→ What is expected
Look below for the line containing "# 镜向7: 切除-拉伸5 across plane"; from there through the line containing "Rectangle(SKETCH_26_W_2, SKETCH_26_H_2)", both lines included, please set down each line exactly and nothing else.

→ Record extracts

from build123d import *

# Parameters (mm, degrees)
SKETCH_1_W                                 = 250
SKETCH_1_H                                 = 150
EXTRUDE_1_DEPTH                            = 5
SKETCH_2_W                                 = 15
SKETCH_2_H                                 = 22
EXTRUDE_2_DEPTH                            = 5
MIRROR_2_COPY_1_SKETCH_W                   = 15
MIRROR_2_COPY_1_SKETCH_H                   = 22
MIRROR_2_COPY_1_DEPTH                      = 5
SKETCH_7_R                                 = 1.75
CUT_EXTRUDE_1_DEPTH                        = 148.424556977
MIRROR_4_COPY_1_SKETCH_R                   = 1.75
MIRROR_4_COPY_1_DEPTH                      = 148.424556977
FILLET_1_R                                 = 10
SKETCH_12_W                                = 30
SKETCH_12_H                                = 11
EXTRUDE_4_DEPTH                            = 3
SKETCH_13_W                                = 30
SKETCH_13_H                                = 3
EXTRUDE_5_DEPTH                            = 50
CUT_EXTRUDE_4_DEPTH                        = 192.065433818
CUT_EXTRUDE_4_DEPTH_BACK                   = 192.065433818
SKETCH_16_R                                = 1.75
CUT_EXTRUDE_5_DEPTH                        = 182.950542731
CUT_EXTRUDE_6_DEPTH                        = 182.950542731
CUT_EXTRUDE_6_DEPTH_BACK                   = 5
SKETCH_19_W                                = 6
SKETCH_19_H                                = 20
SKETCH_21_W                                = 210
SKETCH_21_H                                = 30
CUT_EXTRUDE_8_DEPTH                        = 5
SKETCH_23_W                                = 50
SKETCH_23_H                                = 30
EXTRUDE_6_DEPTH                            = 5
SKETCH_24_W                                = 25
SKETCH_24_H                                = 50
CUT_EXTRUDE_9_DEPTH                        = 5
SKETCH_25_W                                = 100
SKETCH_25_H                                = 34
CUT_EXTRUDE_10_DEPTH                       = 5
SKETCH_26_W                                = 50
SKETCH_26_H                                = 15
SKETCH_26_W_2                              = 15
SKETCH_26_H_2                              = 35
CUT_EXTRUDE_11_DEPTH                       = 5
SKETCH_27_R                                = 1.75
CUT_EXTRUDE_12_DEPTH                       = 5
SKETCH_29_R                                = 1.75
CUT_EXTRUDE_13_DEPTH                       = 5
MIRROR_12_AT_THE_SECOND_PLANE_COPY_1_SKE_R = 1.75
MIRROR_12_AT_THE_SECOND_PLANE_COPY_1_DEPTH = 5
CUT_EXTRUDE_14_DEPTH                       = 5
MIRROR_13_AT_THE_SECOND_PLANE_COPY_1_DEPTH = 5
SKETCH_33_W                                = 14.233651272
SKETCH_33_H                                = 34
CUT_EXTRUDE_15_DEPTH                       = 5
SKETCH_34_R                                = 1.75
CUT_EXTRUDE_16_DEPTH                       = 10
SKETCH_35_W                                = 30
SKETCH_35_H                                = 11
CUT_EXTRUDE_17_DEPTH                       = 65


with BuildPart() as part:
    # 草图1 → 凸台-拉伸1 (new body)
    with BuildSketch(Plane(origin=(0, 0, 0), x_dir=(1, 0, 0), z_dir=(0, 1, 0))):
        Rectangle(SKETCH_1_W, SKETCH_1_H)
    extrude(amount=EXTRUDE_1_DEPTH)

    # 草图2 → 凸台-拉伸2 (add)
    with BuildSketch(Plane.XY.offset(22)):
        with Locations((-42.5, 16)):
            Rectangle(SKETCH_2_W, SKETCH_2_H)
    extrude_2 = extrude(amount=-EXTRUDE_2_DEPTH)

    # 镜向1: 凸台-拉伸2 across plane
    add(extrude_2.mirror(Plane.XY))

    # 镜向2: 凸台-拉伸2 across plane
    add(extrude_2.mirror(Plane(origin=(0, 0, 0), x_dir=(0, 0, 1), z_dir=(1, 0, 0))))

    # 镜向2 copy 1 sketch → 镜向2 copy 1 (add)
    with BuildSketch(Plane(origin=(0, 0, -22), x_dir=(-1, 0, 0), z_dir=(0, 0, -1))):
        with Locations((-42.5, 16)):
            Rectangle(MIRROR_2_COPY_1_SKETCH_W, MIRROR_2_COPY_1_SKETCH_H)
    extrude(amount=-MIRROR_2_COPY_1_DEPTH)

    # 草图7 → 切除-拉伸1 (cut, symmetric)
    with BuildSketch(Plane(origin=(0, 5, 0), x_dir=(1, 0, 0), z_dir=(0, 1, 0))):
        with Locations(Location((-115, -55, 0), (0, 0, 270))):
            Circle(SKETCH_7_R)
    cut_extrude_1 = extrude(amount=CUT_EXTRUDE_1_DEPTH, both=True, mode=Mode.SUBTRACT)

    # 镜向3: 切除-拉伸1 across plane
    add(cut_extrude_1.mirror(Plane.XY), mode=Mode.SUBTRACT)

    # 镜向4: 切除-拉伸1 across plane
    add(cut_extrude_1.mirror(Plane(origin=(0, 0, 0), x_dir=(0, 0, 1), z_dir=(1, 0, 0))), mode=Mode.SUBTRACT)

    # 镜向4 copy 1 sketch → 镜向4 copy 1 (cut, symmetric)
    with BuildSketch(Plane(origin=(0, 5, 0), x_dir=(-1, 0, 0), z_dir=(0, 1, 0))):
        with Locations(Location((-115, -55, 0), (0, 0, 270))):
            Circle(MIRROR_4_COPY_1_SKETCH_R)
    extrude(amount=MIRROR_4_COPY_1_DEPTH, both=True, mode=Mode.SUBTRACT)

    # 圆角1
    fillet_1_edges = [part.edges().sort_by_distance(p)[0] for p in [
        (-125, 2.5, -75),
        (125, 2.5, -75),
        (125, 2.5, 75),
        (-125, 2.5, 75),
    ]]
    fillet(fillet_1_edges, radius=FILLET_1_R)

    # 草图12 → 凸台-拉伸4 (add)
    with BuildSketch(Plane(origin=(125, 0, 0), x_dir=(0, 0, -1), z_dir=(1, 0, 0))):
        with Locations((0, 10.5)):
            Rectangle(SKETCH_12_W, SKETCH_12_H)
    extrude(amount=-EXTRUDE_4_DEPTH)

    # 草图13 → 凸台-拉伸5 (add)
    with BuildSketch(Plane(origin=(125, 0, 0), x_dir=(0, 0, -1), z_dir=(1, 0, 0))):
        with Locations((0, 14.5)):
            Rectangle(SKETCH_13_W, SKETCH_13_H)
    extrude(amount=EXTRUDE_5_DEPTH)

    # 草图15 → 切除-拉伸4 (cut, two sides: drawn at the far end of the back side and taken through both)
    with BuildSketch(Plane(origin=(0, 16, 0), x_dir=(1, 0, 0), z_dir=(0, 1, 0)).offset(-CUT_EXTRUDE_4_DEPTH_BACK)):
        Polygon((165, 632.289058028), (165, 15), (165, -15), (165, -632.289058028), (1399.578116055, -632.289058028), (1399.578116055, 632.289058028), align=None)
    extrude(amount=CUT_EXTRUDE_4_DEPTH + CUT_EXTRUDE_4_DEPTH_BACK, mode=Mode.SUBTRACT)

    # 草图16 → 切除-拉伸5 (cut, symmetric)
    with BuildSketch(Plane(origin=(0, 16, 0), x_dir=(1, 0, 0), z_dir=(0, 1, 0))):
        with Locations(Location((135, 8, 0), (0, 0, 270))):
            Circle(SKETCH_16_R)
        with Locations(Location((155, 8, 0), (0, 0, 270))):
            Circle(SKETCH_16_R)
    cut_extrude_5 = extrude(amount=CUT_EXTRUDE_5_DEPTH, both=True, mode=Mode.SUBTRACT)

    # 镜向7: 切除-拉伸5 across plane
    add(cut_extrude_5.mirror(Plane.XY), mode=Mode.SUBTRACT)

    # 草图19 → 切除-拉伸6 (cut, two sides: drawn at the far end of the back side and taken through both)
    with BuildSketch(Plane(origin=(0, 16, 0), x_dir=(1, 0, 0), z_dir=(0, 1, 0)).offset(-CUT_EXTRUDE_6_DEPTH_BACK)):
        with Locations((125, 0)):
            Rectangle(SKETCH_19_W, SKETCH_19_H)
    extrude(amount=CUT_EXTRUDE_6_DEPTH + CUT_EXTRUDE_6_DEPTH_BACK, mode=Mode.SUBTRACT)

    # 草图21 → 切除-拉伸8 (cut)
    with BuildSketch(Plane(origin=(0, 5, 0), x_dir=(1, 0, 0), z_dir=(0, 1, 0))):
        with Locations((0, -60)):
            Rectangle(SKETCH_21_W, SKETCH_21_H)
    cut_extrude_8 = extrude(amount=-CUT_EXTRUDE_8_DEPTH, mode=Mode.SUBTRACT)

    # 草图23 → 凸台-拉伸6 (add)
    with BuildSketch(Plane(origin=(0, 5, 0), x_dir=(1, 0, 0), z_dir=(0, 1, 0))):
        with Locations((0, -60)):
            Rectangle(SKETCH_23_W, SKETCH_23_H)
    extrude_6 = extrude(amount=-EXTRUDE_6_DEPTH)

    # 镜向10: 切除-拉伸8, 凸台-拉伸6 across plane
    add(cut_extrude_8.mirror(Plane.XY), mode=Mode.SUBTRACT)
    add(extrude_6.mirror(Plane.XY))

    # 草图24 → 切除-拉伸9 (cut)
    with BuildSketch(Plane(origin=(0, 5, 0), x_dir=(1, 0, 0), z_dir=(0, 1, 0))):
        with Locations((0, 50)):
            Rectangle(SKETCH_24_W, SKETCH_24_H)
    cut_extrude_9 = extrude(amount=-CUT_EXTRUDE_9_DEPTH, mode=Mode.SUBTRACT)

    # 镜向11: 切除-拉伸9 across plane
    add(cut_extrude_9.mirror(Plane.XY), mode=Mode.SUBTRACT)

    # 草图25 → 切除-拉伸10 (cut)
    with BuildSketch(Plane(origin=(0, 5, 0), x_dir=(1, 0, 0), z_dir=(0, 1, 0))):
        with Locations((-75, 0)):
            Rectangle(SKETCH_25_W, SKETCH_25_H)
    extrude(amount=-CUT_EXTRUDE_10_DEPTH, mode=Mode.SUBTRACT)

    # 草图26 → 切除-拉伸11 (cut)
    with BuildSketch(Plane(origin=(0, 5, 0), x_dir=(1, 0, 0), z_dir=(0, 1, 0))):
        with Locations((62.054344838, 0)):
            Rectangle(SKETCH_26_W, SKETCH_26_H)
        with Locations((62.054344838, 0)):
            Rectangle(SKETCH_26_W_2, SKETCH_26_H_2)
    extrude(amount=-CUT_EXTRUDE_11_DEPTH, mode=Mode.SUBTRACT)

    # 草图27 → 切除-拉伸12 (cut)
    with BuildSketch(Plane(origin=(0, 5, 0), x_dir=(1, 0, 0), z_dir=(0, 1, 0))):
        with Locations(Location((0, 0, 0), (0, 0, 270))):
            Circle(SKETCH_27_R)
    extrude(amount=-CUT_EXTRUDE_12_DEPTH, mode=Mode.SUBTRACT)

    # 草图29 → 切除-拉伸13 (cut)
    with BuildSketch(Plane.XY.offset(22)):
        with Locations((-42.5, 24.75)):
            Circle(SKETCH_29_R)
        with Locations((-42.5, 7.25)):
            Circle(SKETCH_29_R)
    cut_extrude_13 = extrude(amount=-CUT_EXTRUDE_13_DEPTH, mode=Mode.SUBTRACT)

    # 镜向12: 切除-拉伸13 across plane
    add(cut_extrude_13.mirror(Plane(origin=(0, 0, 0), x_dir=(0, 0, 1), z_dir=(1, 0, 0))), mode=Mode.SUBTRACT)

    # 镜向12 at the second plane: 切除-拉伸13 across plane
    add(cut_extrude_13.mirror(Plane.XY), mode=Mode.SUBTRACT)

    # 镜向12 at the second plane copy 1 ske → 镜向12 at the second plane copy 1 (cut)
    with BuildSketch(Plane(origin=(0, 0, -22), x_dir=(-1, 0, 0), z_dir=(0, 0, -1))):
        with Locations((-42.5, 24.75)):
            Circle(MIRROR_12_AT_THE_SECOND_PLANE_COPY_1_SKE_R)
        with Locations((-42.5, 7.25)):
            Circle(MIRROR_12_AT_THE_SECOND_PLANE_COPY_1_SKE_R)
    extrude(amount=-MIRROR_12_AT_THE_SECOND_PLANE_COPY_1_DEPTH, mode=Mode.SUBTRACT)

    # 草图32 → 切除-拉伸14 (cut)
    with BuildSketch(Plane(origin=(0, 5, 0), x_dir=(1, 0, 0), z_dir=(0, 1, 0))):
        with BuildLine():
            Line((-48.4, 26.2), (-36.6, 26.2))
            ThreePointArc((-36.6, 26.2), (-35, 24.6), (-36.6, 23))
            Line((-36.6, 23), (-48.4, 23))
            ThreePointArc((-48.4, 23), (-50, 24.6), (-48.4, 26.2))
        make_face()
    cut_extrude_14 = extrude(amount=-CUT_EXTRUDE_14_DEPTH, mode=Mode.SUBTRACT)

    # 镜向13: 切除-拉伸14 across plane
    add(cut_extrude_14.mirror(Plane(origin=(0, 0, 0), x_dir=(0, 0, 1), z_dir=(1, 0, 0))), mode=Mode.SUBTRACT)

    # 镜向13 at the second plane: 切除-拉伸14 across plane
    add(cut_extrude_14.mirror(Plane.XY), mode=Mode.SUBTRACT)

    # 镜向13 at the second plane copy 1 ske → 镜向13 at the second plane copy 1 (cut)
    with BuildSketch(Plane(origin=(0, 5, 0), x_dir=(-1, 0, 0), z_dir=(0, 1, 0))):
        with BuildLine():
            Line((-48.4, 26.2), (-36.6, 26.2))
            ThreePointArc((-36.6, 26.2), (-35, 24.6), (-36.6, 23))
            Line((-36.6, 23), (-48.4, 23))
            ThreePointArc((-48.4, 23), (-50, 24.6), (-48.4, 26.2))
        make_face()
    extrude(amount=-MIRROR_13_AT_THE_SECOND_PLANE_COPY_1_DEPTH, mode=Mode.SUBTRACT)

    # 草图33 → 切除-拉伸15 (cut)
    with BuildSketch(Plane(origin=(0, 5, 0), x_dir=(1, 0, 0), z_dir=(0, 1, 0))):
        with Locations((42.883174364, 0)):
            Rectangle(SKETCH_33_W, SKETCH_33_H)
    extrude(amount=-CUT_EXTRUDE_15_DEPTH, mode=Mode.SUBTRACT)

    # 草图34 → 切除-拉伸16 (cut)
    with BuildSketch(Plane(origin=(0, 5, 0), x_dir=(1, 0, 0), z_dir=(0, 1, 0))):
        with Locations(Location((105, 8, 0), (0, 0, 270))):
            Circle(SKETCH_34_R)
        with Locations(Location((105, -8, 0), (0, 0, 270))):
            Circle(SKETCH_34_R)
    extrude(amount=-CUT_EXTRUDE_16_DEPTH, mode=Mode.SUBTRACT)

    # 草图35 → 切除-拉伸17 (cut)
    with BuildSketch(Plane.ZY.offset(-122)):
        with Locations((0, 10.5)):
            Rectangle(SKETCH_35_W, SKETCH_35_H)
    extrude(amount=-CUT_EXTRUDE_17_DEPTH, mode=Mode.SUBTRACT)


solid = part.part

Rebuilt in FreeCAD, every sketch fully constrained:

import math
import FreeCAD as App
import Part
import Sketcher


def edges_at(feature, points):
    """Names of the edges that pass closest to the given points."""
    edges = feature.Shape.Edges
    near = lambda p: min(range(len(edges)), key=lambda i: edges[i].distToShape(Part.Vertex(*p))[0])
    return sorted({f"Edge{near(p) + 1}" for p in points})

doc = App.newDocument("Part")
body = doc.addObject("PartDesign::Body", "Body")

# Sketch on XZ plane
sketch1 = doc.addObject("Sketcher::SketchObject", "Sketch")
body.addObject(sketch1)
sketch1.AttachmentSupport = (doc.XZ_Plane, [""])
sketch1.MapMode = "FlatFace"
sketch1.addGeometry([
    Part.LineSegment(App.Vector(-125, -75, 0), App.Vector(-125, 75, 0)),
    Part.LineSegment(App.Vector(-125, 75, 0), App.Vector(125, 75, 0)),
    Part.LineSegment(App.Vector(125, 75, 0), App.Vector(125, -75, 0)),
    Part.LineSegment(App.Vector(125, -75, 0), App.Vector(-125, -75, 0)),
], False)
sketch1.addConstraint([
    Sketcher.Constraint("Coincident", 0, 2, 1, 1),
    Sketcher.Constraint("Coincident", 1, 2, 2, 1),
    Sketcher.Constraint("Coincident", 2, 2, 3, 1),
    Sketcher.Constraint("Coincident", 3, 2, 0, 1),
    Sketcher.Constraint("Vertical", 0),
    Sketcher.Constraint("Horizontal", 1),
    Sketcher.Constraint("Vertical", 2),
    Sketcher.Constraint("Horizontal", 3),
    Sketcher.Constraint("Symmetric", 0, 2, 2, 2, -1, 1),
    Sketcher.Constraint("DistanceX", 1, 1, 1, 2, 250.0),
    Sketcher.Constraint("DistanceY", 0, 1, 0, 2, 150.0),
])
pad1 = doc.addObject("PartDesign::Pad", "Pad")
body.addObject(pad1)
pad1.Profile = sketch1
pad1.Length = 5
pad1.Reversed = True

→ Result of this task
    # 镜向7: 切除-拉伸5 across plane
    add(cut_extrude_5.mirror(Plane.XY), mode=Mode.SUBTRACT)

    # 草图19 → 切除-拉伸6 (cut, two sides: drawn at the far end of the back side and taken through both)
    with BuildSketch(Plane(origin=(0, 16, 0), x_dir=(1, 0, 0), z_dir=(0, 1, 0)).offset(-CUT_EXTRUDE_6_DEPTH_BACK)):
        with Locations((125, 0)):
            Rectangle(SKETCH_19_W, SKETCH_19_H)
    extrude(amount=CUT_EXTRUDE_6_DEPTH + CUT_EXTRUDE_6_DEPTH_BACK, mode=Mode.SUBTRACT)

    # 草图21 → 切除-拉伸8 (cut)
    with BuildSketch(Plane(origin=(0, 5, 0), x_dir=(1, 0, 0), z_dir=(0, 1, 0))):
        with Locations((0, -60)):
            Rectangle(SKETCH_21_W, SKETCH_21_H)
    cut_extrude_8 = extrude(amount=-CUT_EXTRUDE_8_DEPTH, mode=Mode.SUBTRACT)

    # 草图23 → 凸台-拉伸6 (add)
    with BuildSketch(Plane(origin=(0, 5, 0), x_dir=(1, 0, 0), z_dir=(0, 1, 0))):
        with Locations((0, -60)):
            Rectangle(SKETCH_23_W, SKETCH_23_H)
    extrude_6 = extrude(amount=-EXTRUDE_6_DEPTH)

    # 镜向10: 切除-拉伸8, 凸台-拉伸6 across plane
    add(cut_extrude_8.mirror(Plane.XY), mode=Mode.SUBTRACT)
    add(extrude_6.mirror(Plane.XY))

    # 草图24 → 切除-拉伸9 (cut)
    with BuildSketch(Plane(origin=(0, 5, 0), x_dir=(1, 0, 0), z_dir=(0, 1, 0))):
        with Locations((0, 50)):
            Rectangle(SKETCH_24_W, SKETCH_24_H)
    cut_extrude_9 = extrude(amount=-CUT_EXTRUDE_9_DEPTH, mode=Mode.SUBTRACT)

    # 镜向11: 切除-拉伸9 across plane
    add(cut_extrude_9.mirror(Plane.XY), mode=Mode.SUBTRACT)

    # 草图25 → 切除-拉伸10 (cut)
    with BuildSketch(Plane(origin=(0, 5, 0), x_dir=(1, 0, 0), z_dir=(0, 1, 0))):
        with Locations((-75, 0)):
            Rectangle(SKETCH_25_W, SKETCH_25_H)
    extrude(amount=-CUT_EXTRUDE_10_DEPTH, mode=Mode.SUBTRACT)

    # 草图26 → 切除-拉伸11 (cut)
    with BuildSketch(Plane(origin=(0, 5, 0), x_dir=(1, 0, 0), z_dir=(0, 1, 0))):
        with Locations((62.054344838, 0)):
            Rectangle(SKETCH_26_W, SKETCH_26_H)
        with Locations((62.054344838, 0)):
            Rectangle(SKETCH_26_W_2, SKETCH_26_H_2)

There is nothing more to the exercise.